Heeding the Water’s Call
The water is calling, and throughout Chesapeake Country we hear and answer.
With the windows open for the first time this spring, I woke to watermen’s voices rising uphill through cherry blossoms. Crabbers Steve Smith and Billy Scerbo, both at the job for decades, lifted bright red and yellow unfouled pots onto their trucks, joking their way into the new season.
Sure, as Smith told me a cold week earlier, the scarcity and the high price of the best bail, soft clams, were sure to make crabbing fool’s work. Two or three bushels — all you might catch early in the year — wouldn’t pay for the bait. Not to mention the price of fuel, just spiked up by the General Assembly.
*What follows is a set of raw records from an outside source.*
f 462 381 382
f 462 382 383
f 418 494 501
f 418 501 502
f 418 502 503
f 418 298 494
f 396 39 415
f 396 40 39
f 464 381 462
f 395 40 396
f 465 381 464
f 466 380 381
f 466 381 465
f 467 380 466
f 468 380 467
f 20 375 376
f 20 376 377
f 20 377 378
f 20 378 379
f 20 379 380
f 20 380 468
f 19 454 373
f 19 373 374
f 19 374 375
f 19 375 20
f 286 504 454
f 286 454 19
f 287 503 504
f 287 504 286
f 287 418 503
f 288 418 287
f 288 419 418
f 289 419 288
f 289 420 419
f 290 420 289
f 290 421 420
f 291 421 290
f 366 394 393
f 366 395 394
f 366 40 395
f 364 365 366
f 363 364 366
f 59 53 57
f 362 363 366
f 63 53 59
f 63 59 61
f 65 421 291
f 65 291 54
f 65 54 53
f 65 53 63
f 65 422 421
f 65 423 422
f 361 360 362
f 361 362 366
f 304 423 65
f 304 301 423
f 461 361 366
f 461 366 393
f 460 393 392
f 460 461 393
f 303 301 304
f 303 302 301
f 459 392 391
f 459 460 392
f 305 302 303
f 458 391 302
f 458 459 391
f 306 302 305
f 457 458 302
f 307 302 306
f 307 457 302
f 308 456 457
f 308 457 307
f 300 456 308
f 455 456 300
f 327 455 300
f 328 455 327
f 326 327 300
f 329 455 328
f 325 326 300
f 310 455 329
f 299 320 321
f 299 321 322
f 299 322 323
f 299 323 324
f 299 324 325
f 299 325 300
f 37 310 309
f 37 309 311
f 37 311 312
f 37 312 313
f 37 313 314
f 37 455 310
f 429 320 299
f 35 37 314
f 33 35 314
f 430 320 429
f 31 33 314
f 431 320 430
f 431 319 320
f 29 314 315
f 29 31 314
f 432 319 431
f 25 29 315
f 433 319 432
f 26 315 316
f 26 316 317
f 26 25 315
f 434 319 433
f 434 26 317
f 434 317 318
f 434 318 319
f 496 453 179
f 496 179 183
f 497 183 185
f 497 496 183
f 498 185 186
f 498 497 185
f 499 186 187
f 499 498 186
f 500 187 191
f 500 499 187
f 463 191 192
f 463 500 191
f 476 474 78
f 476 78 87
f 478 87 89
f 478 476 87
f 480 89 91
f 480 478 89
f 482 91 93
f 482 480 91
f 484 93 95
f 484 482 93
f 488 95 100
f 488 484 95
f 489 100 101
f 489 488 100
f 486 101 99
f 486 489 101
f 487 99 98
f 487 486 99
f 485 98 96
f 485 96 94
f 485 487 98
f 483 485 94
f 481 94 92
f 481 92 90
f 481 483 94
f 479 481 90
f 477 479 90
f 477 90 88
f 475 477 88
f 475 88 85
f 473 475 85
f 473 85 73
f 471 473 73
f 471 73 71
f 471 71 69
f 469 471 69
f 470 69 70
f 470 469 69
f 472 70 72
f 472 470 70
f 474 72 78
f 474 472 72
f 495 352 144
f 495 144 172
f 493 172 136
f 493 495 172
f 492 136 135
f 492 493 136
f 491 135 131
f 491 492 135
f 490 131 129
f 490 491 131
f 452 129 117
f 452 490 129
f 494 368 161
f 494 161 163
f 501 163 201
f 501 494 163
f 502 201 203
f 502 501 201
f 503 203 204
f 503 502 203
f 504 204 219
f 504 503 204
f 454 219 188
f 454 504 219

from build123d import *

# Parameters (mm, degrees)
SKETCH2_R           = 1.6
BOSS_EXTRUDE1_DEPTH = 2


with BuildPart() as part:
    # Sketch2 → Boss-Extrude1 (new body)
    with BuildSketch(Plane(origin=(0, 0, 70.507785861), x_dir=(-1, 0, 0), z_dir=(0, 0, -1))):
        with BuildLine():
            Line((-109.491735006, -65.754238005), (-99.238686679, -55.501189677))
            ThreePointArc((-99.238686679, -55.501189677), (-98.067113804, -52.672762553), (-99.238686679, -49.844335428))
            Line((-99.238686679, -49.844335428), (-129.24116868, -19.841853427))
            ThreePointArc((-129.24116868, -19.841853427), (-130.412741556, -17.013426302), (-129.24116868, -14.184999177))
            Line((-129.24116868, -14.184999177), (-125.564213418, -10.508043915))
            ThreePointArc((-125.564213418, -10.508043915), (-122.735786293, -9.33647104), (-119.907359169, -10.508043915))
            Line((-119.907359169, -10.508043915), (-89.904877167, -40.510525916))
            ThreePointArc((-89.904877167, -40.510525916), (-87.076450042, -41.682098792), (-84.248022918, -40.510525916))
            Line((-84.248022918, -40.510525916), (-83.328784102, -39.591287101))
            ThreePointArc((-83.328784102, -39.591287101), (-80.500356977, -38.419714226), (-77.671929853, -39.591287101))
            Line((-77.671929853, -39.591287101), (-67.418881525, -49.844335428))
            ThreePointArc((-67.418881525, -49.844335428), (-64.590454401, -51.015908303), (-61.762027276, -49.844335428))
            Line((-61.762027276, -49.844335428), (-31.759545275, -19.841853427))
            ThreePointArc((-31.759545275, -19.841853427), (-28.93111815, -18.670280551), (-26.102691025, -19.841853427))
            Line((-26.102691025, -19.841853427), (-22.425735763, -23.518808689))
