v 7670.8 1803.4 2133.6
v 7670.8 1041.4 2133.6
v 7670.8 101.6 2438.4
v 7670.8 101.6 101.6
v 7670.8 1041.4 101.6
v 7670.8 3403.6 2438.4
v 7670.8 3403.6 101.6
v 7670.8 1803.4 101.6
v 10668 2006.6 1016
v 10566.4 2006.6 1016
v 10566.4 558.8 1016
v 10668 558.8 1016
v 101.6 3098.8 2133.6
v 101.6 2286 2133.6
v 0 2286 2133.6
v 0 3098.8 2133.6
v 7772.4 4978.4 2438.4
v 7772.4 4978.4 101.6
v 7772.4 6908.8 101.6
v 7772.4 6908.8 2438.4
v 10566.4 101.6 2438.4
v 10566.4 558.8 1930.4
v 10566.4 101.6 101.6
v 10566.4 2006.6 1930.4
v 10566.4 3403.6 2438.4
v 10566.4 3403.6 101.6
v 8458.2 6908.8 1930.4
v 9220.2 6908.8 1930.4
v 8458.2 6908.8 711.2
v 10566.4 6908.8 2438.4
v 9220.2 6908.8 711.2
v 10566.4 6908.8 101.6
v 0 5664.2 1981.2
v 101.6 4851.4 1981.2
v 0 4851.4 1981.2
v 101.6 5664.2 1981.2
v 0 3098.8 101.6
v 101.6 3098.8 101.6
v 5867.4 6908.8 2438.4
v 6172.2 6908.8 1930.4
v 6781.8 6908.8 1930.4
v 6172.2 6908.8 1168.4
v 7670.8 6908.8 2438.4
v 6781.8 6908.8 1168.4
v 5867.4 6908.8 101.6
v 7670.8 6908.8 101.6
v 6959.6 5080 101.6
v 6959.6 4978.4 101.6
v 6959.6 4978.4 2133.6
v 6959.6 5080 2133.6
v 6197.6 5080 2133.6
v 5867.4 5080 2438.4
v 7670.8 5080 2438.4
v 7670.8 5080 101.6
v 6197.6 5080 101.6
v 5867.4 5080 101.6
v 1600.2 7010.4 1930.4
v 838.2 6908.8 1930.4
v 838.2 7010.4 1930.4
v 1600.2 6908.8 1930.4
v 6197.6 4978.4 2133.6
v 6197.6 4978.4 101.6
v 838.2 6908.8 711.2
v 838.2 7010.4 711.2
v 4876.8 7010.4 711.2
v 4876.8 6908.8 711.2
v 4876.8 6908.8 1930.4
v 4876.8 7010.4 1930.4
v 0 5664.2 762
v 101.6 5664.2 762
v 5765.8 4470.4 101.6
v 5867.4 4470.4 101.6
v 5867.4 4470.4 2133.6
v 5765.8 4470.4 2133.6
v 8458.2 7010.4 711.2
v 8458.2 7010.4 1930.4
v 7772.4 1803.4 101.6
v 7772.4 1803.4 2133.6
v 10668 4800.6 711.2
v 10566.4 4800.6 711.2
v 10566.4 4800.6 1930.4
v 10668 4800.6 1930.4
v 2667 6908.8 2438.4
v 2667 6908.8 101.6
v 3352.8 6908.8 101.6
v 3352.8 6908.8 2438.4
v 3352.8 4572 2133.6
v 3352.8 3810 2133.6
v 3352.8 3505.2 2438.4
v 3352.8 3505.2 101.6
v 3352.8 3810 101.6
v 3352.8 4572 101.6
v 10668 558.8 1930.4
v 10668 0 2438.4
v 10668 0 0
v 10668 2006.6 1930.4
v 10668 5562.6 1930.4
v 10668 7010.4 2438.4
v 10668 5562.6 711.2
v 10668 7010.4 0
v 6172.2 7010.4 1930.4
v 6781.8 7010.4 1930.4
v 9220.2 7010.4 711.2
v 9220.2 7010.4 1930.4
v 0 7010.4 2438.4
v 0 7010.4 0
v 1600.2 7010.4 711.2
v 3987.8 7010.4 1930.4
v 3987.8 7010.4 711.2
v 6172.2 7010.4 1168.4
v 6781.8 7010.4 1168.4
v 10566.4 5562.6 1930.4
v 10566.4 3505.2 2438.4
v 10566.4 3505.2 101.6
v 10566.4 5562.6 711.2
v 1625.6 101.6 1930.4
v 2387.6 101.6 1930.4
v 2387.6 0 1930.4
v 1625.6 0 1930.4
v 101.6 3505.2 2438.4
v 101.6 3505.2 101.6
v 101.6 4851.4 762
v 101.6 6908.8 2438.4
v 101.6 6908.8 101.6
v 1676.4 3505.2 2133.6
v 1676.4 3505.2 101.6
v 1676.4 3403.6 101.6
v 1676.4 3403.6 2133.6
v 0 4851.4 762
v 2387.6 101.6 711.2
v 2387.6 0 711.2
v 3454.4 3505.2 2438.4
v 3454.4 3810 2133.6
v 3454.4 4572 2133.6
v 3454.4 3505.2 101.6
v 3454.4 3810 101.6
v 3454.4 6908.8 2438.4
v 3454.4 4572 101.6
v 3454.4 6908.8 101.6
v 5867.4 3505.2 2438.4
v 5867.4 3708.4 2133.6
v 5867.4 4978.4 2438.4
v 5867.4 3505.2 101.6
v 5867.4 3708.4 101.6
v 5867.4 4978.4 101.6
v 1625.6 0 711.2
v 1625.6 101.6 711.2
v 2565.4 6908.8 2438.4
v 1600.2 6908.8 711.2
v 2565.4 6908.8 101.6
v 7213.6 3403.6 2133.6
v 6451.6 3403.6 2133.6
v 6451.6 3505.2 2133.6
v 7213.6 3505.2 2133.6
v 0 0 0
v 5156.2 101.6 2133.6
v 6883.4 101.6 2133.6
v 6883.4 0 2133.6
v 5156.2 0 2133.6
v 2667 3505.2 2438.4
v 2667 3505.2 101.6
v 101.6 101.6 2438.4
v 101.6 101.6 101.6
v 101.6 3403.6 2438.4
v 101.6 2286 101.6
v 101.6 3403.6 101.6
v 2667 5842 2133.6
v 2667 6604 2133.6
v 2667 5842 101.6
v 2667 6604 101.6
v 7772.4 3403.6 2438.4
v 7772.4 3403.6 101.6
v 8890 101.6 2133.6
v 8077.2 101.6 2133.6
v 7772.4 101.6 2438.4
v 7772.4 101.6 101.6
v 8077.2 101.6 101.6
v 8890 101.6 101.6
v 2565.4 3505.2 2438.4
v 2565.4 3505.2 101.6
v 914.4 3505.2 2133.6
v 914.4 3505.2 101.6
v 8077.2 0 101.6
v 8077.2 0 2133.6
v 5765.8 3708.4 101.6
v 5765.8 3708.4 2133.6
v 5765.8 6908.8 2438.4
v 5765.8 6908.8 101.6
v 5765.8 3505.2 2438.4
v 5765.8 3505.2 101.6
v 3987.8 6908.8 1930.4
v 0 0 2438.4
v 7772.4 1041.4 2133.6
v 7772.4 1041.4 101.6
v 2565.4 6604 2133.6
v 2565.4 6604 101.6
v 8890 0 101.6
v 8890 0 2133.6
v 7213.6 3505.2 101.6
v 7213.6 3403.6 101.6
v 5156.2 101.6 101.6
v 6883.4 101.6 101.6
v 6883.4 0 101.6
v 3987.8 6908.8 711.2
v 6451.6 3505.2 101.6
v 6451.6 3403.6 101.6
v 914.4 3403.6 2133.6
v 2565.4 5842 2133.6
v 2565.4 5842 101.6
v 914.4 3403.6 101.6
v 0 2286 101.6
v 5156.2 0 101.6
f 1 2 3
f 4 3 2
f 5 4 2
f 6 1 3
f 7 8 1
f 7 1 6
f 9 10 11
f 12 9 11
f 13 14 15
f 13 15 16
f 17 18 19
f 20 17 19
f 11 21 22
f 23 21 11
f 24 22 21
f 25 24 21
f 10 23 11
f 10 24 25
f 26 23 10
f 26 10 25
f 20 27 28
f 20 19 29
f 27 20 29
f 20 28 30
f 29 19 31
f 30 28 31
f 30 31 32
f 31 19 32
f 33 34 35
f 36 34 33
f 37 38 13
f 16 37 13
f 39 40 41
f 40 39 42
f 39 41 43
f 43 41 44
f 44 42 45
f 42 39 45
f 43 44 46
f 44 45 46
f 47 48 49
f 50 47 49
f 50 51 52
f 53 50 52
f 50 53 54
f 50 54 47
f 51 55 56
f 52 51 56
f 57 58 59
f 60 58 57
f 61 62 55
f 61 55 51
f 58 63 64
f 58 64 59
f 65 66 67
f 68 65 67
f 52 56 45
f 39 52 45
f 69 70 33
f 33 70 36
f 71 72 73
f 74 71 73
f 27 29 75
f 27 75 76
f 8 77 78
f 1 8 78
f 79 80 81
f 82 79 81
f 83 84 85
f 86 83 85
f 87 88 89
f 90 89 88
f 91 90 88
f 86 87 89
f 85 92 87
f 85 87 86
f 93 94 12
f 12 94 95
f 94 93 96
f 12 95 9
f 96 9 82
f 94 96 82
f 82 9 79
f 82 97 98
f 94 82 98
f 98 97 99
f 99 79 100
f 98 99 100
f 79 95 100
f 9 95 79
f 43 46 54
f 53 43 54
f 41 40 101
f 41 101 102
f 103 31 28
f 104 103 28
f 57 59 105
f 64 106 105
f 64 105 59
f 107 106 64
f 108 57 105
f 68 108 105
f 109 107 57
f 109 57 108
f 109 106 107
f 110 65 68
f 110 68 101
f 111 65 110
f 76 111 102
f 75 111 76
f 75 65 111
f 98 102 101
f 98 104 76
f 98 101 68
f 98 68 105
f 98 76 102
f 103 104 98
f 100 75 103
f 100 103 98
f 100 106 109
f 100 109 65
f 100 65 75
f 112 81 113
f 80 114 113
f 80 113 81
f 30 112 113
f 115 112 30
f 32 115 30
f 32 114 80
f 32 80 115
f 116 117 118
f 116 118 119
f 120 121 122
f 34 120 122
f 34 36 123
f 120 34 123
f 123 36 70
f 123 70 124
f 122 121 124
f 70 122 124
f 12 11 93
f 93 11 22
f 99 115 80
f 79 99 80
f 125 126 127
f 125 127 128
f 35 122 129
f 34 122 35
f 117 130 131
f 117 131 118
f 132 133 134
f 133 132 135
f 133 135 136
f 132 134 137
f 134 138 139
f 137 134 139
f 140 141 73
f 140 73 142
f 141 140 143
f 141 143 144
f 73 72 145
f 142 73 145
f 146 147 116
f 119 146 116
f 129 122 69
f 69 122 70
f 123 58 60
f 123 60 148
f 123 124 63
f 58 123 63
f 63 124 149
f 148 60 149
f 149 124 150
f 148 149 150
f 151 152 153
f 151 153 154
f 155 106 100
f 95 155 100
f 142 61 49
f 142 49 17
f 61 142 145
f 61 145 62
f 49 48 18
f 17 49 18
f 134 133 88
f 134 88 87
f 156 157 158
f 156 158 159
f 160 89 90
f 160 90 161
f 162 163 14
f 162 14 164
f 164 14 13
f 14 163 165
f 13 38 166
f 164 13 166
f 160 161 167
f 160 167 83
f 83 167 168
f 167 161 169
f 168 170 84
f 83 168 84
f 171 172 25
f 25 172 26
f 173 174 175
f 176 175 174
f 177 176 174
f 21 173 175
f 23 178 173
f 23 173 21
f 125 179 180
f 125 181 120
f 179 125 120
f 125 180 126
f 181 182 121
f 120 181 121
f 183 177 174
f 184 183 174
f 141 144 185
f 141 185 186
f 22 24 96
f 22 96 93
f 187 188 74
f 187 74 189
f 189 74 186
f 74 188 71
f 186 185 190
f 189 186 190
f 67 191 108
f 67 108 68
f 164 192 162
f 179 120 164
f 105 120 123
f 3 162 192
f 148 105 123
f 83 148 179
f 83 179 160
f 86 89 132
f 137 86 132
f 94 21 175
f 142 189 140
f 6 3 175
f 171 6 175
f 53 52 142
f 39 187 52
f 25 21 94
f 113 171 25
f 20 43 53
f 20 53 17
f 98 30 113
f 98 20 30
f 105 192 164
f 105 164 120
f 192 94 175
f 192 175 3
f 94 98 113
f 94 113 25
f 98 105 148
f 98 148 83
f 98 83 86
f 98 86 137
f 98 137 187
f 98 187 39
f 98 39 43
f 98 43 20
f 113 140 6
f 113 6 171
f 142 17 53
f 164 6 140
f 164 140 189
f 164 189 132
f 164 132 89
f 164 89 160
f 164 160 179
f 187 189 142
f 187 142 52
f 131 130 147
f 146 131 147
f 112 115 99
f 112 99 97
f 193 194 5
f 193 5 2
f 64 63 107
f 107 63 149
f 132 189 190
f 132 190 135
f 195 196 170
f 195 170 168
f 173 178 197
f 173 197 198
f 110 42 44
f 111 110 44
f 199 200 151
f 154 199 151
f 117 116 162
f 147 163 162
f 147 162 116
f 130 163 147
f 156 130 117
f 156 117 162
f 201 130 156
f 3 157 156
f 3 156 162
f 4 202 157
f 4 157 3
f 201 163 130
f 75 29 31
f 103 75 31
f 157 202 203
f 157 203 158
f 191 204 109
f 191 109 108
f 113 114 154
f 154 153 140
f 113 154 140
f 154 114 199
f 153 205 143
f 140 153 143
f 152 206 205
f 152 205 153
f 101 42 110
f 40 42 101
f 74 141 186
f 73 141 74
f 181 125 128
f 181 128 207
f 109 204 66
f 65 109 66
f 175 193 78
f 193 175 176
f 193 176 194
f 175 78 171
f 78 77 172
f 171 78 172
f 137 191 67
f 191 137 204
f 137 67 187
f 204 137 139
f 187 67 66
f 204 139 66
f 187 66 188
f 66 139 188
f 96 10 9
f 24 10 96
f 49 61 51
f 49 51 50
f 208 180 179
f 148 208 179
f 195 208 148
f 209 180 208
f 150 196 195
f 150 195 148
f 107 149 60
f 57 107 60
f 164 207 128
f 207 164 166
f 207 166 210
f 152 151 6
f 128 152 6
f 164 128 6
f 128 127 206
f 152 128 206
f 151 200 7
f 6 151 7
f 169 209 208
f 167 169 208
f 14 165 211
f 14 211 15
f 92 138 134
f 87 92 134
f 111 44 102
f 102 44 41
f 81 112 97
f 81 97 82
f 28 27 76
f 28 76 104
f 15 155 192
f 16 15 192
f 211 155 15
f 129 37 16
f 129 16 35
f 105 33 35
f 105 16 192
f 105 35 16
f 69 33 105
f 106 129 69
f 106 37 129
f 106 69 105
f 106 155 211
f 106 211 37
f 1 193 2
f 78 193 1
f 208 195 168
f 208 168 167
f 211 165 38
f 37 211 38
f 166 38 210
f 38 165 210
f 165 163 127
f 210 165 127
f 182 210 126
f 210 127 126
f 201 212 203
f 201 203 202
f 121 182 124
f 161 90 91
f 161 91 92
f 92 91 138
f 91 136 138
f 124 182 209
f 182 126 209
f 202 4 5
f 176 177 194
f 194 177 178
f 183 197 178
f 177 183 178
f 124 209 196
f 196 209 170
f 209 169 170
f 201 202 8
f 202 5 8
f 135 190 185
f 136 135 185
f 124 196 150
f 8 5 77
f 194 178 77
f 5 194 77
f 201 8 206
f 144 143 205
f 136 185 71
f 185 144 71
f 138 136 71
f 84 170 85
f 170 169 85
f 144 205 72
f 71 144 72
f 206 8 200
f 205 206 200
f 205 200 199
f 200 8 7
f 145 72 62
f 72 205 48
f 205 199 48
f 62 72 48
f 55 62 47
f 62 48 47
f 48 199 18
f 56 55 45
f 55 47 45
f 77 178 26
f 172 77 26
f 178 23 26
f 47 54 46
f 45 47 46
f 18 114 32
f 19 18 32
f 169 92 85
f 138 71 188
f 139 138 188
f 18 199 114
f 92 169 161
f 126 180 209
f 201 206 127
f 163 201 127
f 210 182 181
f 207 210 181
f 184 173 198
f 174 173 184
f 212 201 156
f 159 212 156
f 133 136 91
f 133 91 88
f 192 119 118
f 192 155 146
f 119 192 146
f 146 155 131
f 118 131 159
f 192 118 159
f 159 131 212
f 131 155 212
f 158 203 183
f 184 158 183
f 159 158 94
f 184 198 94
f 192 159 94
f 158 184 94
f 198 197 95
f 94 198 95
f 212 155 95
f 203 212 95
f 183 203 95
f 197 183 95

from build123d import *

# Parameters (mm, degrees)
F34_W     = 10668
F34_H     = 7010.4
F0_DEPTH  = 2438.4
F35_T     = -101.6
F1_W      = 101.6
F1_H      = 3403.6
F1_H_2    = 3302
F2_DEPTH  = 2336.8
F36_W     = 762
F36_H     = 2032
F3_DEPTH  = 101.6
F37_W     = 812.8
F37_H     = 2032
F38_DEPTH = 101.6
F39_W     = 812.8
F39_H     = 2032
F4_DEPTH  = 101.6
F5_W      = 812.8
F5_H      = 1219.2
F6_DEPTH  = 101.6
F7_W      = 762
F7_H      = 1219.2
F40_DEPTH = 101.6
F8_W      = 762
F8_H      = 2032
F9_DEPTH  = 101.6
F10_W     = 762
F10_H     = 2032
F11_DEPTH = 101.6
F12_W     = 762
F12_H     = 2032
F13_DEPTH = 101.6
F14_W     = 762
F14_H     = 2032
F15_DEPTH = 101.6
F16_W     = 889
F16_H     = 1219.2
F17_DEPTH = 101.6
F18_W     = 609.6
F18_H     = 762
F19_DEPTH = 101.6
F20_W     = 1447.8
F20_H     = 914.4
F21_DEPTH = 101.6
F22_W     = 762
F22_H     = 1219.2
F23_DEPTH = 101.6
F24_W     = 762
F24_H     = 1219.2
F25_DEPTH = 101.6
F26_W     = 762
F26_H     = 1219.2
F27_DEPTH = 101.6
F28_W     = 1727.2
F28_H     = 2032
F29_DEPTH = 101.6
F30_W     = 762
F30_H     = 2032
F31_DEPTH = 101.6
F32_W     = 762
F32_H     = 2032
F33_DEPTH = 101.6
But this day, the call of the water was louder than the voice of disaster.
Watermen, of course, have been working the water all year. Many finfish are caught year-round. And oystering is a winter job just ending. But April starts many seasons.
Along with crabbers, April draws charter captains back to the water. The opening of spring trophy rockfish season on April 20 marks the jubilant return of the Chesapeake’s most popular fish — and the return of income to charter captains, who carry most casual recreational anglers to the fish.
Dedicated anglers are also eager to get back to the water in time for the rockfish opener. Big boats fitted for rockfishing are the first in line this time of year. As we scrub, paint, polish and refit, they’re counting the days till the boatlifts roll their way to raise them from land and blocks and dunk them back into the water.
There ahead of them are thousands of trailered boats — many belonging to fishermen like Sporting Life columnist Dennis Doyle — free to return to the water at will. For whenever a good day calls them, some fish is sure to be in season — though not sure to be biting.
The many marinas of Chesapeake Country are buzzing this time of year as water lovers hear the call.
Sailboaters hear the call early. Some have taken advantage of this spring’s propelling winds, disregarding the chill. The Bay is probably dotted with them this hot day, when I’m not looking. This weekend’s anticipated 60-degree temperatures will bring many more sailors the experience The Bay Gardener says he’s about to reap: “The solitude of being in the sailboat, being propelled by a warm gentle breeze and listening to the waves lap the hull.”
Wednesday night racing begins this month, too: the Southern Maryland Sailing Association started up in Solomons on April 10. The West River Yacht Club races out of Galesville begin April 17. Both Annapolis Yacht Club and Herrington Harbour Sailing races begin April 24.
For more demanding races, read this week’s story about Polish sailor Krystian Szypka’s singlehanded run across the Atlantic on his Dickerson Farr 37, the sloop Sunrise.
In this week’s feature story, cruiser Lynn Teo Simarski reminds us that discovery is another reason to get back on the water. She and husband Guy Guthridge made the discoveries chronicled here by trawler for the big and kayak for the little.
Each return to the water gives us a little of what Captain John Smith surely felt when he saw the wonders of the Chesapeake and its rivers. On the water, we are all discoverers, and few of us recreational boaters have to work as hard as Smith’s crew did.
You’ll read this week how the Captain John Smith Chesapeake National Historic Trail helps us share at water level in his journey.
It’s perfect weather for a paddle, too. In this week’s paper you’ll read how a new law, the just-passed Waterway Access Bill, will make bridges into waterways for you and your small craft.
We’re all feeling the call of the water. I hope you’ll answer it.